» **Task objective**
Each line below from the one containing "#21=ORIENTED_EDGE('',*,*,#20,.T.);" through the one containing "#43=VERTEX_POINT('',#42);" is to be given again exactly, and no line outside that span.

[Saved data entries]
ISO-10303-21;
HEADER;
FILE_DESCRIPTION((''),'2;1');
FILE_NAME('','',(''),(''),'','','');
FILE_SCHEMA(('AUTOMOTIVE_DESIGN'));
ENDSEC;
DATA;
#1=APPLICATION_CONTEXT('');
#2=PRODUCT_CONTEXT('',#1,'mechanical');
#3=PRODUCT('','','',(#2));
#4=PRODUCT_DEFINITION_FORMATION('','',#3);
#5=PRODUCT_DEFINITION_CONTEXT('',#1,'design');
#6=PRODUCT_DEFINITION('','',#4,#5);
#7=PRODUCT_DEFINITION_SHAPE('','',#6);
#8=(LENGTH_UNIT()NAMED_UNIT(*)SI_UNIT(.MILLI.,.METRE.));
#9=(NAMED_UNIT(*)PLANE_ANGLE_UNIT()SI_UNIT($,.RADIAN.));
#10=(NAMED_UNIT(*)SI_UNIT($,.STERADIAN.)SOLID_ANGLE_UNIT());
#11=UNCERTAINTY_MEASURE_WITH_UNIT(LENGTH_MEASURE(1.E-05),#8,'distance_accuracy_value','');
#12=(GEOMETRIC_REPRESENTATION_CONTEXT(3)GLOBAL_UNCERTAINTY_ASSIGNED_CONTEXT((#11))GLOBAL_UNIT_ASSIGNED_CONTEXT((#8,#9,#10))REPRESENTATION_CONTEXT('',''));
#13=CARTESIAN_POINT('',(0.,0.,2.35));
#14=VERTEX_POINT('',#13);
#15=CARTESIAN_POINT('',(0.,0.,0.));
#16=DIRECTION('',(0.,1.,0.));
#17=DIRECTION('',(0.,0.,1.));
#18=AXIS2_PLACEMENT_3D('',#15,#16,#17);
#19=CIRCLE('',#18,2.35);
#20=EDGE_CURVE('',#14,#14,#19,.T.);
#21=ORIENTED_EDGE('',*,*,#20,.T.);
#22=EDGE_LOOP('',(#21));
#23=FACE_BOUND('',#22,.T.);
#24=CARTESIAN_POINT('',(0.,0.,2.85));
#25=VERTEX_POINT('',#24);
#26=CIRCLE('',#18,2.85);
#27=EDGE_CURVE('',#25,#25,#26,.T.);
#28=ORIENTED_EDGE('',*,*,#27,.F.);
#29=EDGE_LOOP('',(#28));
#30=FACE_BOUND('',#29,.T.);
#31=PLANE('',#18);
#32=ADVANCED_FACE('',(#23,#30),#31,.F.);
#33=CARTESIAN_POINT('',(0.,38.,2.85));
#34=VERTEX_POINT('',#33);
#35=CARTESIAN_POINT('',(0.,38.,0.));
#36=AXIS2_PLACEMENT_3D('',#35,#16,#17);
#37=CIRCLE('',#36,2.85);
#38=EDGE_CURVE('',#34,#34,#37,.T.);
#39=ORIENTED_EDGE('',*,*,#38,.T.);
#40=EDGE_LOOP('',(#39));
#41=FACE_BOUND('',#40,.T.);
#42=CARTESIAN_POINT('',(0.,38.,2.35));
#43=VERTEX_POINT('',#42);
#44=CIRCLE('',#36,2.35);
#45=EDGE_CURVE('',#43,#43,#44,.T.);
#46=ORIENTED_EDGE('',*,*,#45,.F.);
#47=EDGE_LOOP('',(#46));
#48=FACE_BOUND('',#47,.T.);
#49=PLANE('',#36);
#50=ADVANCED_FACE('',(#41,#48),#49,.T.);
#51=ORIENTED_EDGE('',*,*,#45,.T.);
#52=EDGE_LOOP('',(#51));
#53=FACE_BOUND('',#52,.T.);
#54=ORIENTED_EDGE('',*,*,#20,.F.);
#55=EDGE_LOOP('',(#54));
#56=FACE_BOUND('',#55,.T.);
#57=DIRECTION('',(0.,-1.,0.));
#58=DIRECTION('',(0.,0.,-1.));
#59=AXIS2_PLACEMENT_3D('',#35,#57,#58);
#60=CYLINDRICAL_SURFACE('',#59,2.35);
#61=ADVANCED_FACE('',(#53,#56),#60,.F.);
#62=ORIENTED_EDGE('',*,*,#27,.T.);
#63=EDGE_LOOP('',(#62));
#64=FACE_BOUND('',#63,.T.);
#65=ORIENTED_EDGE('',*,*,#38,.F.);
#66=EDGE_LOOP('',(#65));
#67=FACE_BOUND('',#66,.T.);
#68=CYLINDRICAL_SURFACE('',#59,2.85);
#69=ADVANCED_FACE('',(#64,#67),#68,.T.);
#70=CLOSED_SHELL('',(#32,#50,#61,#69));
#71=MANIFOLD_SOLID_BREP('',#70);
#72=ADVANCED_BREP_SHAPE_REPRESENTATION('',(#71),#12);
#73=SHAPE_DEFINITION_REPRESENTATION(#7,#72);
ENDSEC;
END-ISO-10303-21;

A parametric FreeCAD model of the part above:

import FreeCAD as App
import Part
import Sketcher

doc = App.newDocument("Part")
params = doc.addObject("Spreadsheet::Sheet", "Params")
for row, (alias, value) in enumerate([
    ("sketch1_diameter", "5.7 mm"),
    ("sketch1_diameter2", "4.7 mm"),
    ("pad1_length", "38 mm"),
], start=1):
    params.set(f"A{row}", alias)
    params.set(f"B{row}", "=" + value)
    params.setAlias(f"B{row}", alias)

body = doc.addObject("PartDesign::Body", "Body")

sketch1 = doc.addObject("Sketcher::SketchObject", "Sketch")
body.addObject(sketch1)
sketch1.AttachmentSupport = (doc.XZ_Plane, [""])
sketch1.MapMode = "FlatFace"
sketch1.addGeometry(Part.Circle(App.Vector(0, 0, 0), App.Vector(0, 0, 1), 2.9), False)
sketch1.addGeometry(Part.Circle(App.Vector(0, 0, 0), App.Vector(0, 0, 1), 2.4), False)
sketch1.addConstraint(Sketcher.Constraint("Coincident", 0, 3, -1, 1))
sketch1.addConstraint(Sketcher.Constraint("Coincident", 1, 3, -1, 1))
sketch1.addConstraint(Sketcher.Constraint("Diameter", 0, 5.7))
sketch1.addConstraint(Sketcher.Constraint("Diameter", 1, 4.7))
sketch1.setExpression("Constraints[2]", "Params.sketch1_diameter")
sketch1.setExpression("Constraints[3]", "Params.sketch1_diameter2")
pad1 = doc.addObject("PartDesign::Pad", "Pad")
body.addObject(pad1)
pad1.Profile = sketch1
pad1.setExpression("Length", "Params.pad1_length")
pad1.Reversed = True

doc.recompute()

» **Response**
#21=ORIENTED_EDGE('',*,*,#20,.T.);
#22=EDGE_LOOP('',(#21));
#23=FACE_BOUND('',#22,.T.);
#24=CARTESIAN_POINT('',(0.,0.,2.85));
#25=VERTEX_POINT('',#24);
#26=CIRCLE('',#18,2.85);
#27=EDGE_CURVE('',#25,#25,#26,.T.);
#28=ORIENTED_EDGE('',*,*,#27,.F.);
#29=EDGE_LOOP('',(#28));
#30=FACE_BOUND('',#29,.T.);
#31=PLANE('',#18);
#32=ADVANCED_FACE('',(#23,#30),#31,.F.);
#33=CARTESIAN_POINT('',(0.,38.,2.85));
#34=VERTEX_POINT('',#33);
#35=CARTESIAN_POINT('',(0.,38.,0.));
#36=AXIS2_PLACEMENT_3D('',#35,#16,#17);
#37=CIRCLE('',#36,2.85);
#38=EDGE_CURVE('',#34,#34,#37,.T.);
#39=ORIENTED_EDGE('',*,*,#38,.T.);
#40=EDGE_LOOP('',(#39));
#41=FACE_BOUND('',#40,.T.);
#42=CARTESIAN_POINT('',(0.,38.,2.35));
#43=VERTEX_POINT('',#42);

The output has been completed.